» **WHAT YOU NEED TO DO**:
Below are entries; copy exactly the lines from the one with "#63=EDGE_LOOP('',(#48,#54,#59,#62));" through the one with "#82=ORIENTED_EDGE('',*,*,#81,.T.);", both included, and leave out the rest.

» **MATERIAL SUPPLIED**:

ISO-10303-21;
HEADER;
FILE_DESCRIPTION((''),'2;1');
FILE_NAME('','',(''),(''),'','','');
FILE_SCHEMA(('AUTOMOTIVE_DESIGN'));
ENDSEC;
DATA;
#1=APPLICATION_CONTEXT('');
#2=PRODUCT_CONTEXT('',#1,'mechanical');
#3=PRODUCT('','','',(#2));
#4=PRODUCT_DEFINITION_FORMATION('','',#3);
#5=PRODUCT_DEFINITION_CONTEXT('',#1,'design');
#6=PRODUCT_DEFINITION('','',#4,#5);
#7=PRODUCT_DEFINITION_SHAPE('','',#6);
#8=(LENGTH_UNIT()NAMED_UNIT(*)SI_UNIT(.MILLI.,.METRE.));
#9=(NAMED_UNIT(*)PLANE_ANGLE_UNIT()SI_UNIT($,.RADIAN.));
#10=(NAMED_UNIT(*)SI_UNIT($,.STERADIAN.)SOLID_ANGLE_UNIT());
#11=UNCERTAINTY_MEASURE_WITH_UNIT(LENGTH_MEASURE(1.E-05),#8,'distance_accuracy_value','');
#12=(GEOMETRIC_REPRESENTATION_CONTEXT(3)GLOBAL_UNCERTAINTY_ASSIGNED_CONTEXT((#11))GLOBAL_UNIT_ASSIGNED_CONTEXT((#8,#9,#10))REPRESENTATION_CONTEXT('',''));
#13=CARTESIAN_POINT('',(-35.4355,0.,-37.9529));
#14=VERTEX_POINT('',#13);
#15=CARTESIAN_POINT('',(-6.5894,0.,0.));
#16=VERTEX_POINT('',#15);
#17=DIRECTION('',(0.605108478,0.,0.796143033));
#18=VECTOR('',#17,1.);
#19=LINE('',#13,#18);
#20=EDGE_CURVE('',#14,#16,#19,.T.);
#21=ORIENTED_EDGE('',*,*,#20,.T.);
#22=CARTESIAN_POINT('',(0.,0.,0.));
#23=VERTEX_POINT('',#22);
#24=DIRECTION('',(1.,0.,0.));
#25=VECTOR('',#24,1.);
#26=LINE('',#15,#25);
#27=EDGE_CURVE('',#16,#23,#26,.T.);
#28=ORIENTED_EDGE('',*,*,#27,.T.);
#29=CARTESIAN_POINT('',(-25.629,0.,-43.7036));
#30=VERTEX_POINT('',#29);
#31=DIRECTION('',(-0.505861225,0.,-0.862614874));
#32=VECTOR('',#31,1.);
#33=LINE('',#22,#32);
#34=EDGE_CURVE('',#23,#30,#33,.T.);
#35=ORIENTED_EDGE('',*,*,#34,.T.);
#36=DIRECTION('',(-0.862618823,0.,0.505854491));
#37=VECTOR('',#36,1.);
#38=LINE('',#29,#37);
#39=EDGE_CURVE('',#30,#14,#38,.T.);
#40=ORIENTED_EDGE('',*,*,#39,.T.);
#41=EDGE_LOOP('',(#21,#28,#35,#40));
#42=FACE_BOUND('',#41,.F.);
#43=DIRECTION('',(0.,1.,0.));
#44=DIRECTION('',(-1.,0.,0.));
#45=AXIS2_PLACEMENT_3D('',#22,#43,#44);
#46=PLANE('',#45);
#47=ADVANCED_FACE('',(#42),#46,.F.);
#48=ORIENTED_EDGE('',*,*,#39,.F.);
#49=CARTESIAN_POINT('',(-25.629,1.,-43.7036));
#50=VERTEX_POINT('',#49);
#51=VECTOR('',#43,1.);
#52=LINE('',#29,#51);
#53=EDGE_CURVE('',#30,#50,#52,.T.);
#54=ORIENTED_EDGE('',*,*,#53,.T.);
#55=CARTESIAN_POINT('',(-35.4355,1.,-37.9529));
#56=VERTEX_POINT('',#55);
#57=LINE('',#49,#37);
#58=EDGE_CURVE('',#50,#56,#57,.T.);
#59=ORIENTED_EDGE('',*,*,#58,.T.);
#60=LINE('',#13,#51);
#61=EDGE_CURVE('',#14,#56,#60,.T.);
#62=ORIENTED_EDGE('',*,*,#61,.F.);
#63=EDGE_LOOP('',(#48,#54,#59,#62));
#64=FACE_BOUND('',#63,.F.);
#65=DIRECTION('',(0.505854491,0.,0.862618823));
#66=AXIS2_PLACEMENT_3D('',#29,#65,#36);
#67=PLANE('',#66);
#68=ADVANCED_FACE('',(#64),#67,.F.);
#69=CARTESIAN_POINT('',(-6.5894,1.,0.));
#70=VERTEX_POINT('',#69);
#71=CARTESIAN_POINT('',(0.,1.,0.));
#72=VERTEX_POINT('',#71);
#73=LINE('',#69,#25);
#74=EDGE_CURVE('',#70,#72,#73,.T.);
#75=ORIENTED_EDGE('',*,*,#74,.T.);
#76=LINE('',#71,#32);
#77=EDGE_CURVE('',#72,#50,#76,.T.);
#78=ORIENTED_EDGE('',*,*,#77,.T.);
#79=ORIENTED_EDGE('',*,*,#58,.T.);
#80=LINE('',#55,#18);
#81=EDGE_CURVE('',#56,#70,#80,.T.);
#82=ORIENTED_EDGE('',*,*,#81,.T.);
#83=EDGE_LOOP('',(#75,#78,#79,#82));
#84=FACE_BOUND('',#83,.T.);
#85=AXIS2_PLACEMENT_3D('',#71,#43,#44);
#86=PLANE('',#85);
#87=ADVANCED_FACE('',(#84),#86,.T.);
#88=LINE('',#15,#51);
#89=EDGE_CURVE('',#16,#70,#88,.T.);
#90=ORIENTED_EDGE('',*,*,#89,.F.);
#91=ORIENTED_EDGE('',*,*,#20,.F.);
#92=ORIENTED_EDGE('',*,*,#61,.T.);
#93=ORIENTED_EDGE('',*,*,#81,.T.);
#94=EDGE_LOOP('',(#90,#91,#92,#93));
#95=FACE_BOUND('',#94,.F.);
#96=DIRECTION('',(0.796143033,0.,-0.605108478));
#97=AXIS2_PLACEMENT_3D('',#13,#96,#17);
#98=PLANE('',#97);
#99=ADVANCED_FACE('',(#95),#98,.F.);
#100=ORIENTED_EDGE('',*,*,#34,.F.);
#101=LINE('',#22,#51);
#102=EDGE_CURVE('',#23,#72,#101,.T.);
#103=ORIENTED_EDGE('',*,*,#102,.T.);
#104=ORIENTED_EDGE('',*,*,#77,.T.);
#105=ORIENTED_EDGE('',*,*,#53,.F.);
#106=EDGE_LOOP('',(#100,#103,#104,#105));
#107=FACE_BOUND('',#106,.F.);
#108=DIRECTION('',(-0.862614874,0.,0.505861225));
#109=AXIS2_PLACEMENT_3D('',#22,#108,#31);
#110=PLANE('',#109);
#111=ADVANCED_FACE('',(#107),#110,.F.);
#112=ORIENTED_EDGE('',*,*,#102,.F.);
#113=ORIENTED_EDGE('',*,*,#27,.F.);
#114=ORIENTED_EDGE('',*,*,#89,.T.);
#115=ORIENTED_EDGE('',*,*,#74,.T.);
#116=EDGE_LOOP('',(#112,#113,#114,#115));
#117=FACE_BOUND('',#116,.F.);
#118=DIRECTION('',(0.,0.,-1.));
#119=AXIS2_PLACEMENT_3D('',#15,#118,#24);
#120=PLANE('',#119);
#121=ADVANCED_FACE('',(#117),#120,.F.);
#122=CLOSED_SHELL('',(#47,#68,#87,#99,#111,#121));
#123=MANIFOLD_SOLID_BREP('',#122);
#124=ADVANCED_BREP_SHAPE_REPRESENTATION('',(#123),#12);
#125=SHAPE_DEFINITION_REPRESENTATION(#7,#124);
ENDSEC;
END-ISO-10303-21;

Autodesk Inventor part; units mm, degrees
ref_plane "YZ Plane" through (0, 0, 0) normal (1, 0, 0) x (0, 1, 0)
ref_plane "XZ Plane" through (0, 0, 0) normal (0, 1, 0) x (-1, 0, 0)
ref_plane "XY Plane" through (0, 0, 0) normal (0, 0, 1) x (1, 0, 0)
sketch "Sketch1" plane through (0, 0, 0) normal (0, 1, 0) x (-1, 0, 0)
  line L0 (0, 0) -> (25.629, -43.7036)
  line L1 (25.629, -43.7036) -> (35.4355, -37.9529)
  line L2 (35.4355, -37.9529) -> (6.5894, 0)
  line L3 (6.5894, 0) -> (0, 0)
extrude "Extrusion1" add sketch "Sketch1" along normal blind 1
properties part number "Blade"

» **TASK RESPONSE**:
#63=EDGE_LOOP('',(#48,#54,#59,#62));
#64=FACE_BOUND('',#63,.F.);
#65=DIRECTION('',(0.505854491,0.,0.862618823));
#66=AXIS2_PLACEMENT_3D('',#29,#65,#36);
#67=PLANE('',#66);
#68=ADVANCED_FACE('',(#64),#67,.F.);
#69=CARTESIAN_POINT('',(-6.5894,1.,0.));
#70=VERTEX_POINT('',#69);
#71=CARTESIAN_POINT('',(0.,1.,0.));
#72=VERTEX_POINT('',#71);
#73=LINE('',#69,#25);
#74=EDGE_CURVE('',#70,#72,#73,.T.);
#75=ORIENTED_EDGE('',*,*,#74,.T.);
#76=LINE('',#71,#32);
#77=EDGE_CURVE('',#72,#50,#76,.T.);
#78=ORIENTED_EDGE('',*,*,#77,.T.);
#79=ORIENTED_EDGE('',*,*,#58,.T.);
#80=LINE('',#55,#18);
#81=EDGE_CURVE('',#56,#70,#80,.T.);
#82=ORIENTED_EDGE('',*,*,#81,.T.);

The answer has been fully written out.